In most cases it’s true that a verb that follows would pair with the first noun because, usually, that’s where the emphasis is. “A team of rivals is meeting in Delaware,” not “are meeting.” “The crowd of well-wishers is too big to fit in the town square,” not “are too big.” Precisely because “team,” “crowd,” “committee” and so on head up their respective noun phrases, we know that they’re important.

But does that mean that the rivals, well-wishers, experts and seagulls can’t perform the action of a verb? Nope. The object of a preposition can govern a verb anytime the speaker or writer wants it to, which is usually when the action is that of multiple individuals instead of a single unit.

Compare “a crowd of well-wishers are at each other’s throats” to “a crowd of well-wishers is at each other’s throats.” See how the singular verb doesn’t make sense? That’s because the emphasis in not on a group acting as a singular unit.

So “a flock of seagulls is overhead” and “a flock of seagulls are scattering in every direction” are both correct.

Here’s Barbara Wallraff’s “Word Court”: “Start by assuming that the main, singular noun (committee, crowd) is what should be agreed with. If that results in something illogical or terribly peculiar, switch to agreeing with the plural object of the preposition.”

That’s good to know, but in fact it has nothing to do with why our original passage was correct. Our real answer hinges entirely on that little word “who.”

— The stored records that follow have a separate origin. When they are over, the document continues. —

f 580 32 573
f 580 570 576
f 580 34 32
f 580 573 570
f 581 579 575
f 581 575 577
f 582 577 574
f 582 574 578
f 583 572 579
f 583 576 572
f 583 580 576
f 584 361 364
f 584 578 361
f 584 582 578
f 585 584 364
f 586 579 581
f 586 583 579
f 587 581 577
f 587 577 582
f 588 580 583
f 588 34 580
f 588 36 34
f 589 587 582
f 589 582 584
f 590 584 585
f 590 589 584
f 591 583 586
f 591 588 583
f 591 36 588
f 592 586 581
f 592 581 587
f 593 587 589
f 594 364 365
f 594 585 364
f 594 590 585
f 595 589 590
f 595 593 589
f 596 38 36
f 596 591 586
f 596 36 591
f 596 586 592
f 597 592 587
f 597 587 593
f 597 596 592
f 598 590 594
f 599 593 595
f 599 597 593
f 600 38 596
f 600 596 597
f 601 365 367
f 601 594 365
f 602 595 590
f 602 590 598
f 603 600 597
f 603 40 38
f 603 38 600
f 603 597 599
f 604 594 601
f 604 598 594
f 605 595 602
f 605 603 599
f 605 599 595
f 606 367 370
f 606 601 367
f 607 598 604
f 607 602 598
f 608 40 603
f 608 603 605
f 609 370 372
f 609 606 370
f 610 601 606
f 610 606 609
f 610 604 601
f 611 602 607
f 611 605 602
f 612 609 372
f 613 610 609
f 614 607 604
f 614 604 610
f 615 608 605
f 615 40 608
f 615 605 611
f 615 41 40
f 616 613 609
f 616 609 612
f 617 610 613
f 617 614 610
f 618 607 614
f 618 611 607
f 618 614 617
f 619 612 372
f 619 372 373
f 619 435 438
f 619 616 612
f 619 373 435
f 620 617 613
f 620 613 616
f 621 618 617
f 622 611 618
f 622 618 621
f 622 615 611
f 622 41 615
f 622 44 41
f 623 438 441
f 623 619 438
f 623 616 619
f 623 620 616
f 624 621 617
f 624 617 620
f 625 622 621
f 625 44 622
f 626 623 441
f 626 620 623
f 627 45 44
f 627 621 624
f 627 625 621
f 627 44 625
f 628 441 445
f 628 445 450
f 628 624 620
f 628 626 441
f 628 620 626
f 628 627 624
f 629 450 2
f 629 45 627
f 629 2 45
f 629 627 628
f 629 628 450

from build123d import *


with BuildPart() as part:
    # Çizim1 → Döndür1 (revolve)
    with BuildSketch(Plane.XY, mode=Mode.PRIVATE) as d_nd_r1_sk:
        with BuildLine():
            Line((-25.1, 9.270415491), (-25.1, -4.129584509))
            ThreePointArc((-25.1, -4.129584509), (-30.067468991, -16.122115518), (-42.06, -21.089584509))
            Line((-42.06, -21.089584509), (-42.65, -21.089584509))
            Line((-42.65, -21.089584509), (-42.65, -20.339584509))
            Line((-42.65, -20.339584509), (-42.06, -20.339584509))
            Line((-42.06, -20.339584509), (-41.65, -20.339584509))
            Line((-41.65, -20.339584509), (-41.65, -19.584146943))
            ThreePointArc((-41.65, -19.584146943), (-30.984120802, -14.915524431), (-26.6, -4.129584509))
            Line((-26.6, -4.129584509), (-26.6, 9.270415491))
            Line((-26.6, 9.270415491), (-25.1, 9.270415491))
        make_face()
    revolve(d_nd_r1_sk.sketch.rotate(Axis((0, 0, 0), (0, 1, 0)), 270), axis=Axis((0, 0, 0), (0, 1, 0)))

Compare “one of the writers has talent” with “one of the writers who have talent.” Both are correct because the word “who” changes the grammar in a very significant way.

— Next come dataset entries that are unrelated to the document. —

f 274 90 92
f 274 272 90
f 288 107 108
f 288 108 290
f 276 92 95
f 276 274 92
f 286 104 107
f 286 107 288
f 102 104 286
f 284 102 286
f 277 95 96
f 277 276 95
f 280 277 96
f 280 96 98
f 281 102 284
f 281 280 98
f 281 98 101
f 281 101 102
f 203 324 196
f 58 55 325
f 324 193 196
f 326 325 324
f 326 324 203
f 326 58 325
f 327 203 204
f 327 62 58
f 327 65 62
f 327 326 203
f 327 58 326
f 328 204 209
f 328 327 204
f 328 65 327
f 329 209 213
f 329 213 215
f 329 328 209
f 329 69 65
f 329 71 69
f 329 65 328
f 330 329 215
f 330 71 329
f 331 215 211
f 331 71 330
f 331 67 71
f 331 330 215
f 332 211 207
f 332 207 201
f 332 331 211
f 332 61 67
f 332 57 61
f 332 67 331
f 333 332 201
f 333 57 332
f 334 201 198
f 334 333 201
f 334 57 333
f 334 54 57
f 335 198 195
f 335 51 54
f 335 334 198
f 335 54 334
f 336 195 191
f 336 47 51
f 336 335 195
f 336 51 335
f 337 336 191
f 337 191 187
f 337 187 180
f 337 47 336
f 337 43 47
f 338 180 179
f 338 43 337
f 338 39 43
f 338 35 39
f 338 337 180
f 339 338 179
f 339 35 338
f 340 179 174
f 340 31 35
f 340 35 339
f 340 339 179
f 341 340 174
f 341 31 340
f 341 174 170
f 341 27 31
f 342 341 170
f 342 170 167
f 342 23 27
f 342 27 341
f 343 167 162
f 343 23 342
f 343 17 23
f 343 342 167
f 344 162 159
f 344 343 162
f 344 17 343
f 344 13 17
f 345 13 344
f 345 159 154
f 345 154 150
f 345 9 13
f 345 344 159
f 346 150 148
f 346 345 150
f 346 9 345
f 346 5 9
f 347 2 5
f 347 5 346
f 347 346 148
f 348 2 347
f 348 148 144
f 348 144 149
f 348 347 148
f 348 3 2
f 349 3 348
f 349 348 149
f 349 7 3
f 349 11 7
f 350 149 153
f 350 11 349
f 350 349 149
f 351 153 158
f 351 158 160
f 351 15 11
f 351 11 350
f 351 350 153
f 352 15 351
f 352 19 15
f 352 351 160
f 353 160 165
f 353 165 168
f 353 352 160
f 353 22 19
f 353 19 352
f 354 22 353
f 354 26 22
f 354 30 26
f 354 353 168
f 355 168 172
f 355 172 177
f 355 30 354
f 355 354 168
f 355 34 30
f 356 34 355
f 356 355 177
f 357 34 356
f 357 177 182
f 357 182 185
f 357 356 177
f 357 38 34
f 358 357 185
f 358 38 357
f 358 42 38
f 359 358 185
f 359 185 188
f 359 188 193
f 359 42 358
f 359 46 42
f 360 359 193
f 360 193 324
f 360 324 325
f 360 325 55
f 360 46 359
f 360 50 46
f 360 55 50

“Who” is a relative pronoun. The job of a relative pronoun is to introduce a relative clause, which modifies a noun that comes before it. As a result, the “who” clause functions as one big adjective that, in turn, makes the whole passage simply a noun phrase still waiting for its own verb.

Unlike “one of the writers matters,” “one of the writers who matter” can’t stand alone as a sentence. It still needs a verb. And “matter” isn’t cutting it because the word “who” relegated it to essentially just a piece of an adjective. So by including “who,” suddenly the subject “one” is still waiting for a verb of its own to complete the sentence. “One of the writers who matter is in the hallway.”

“Who matter” modifies “writers,” not “one.” It’s the writers who matter, even if only one in is the hallway. And it’s all because “who” demoted our verb to simply a piece of a modifier.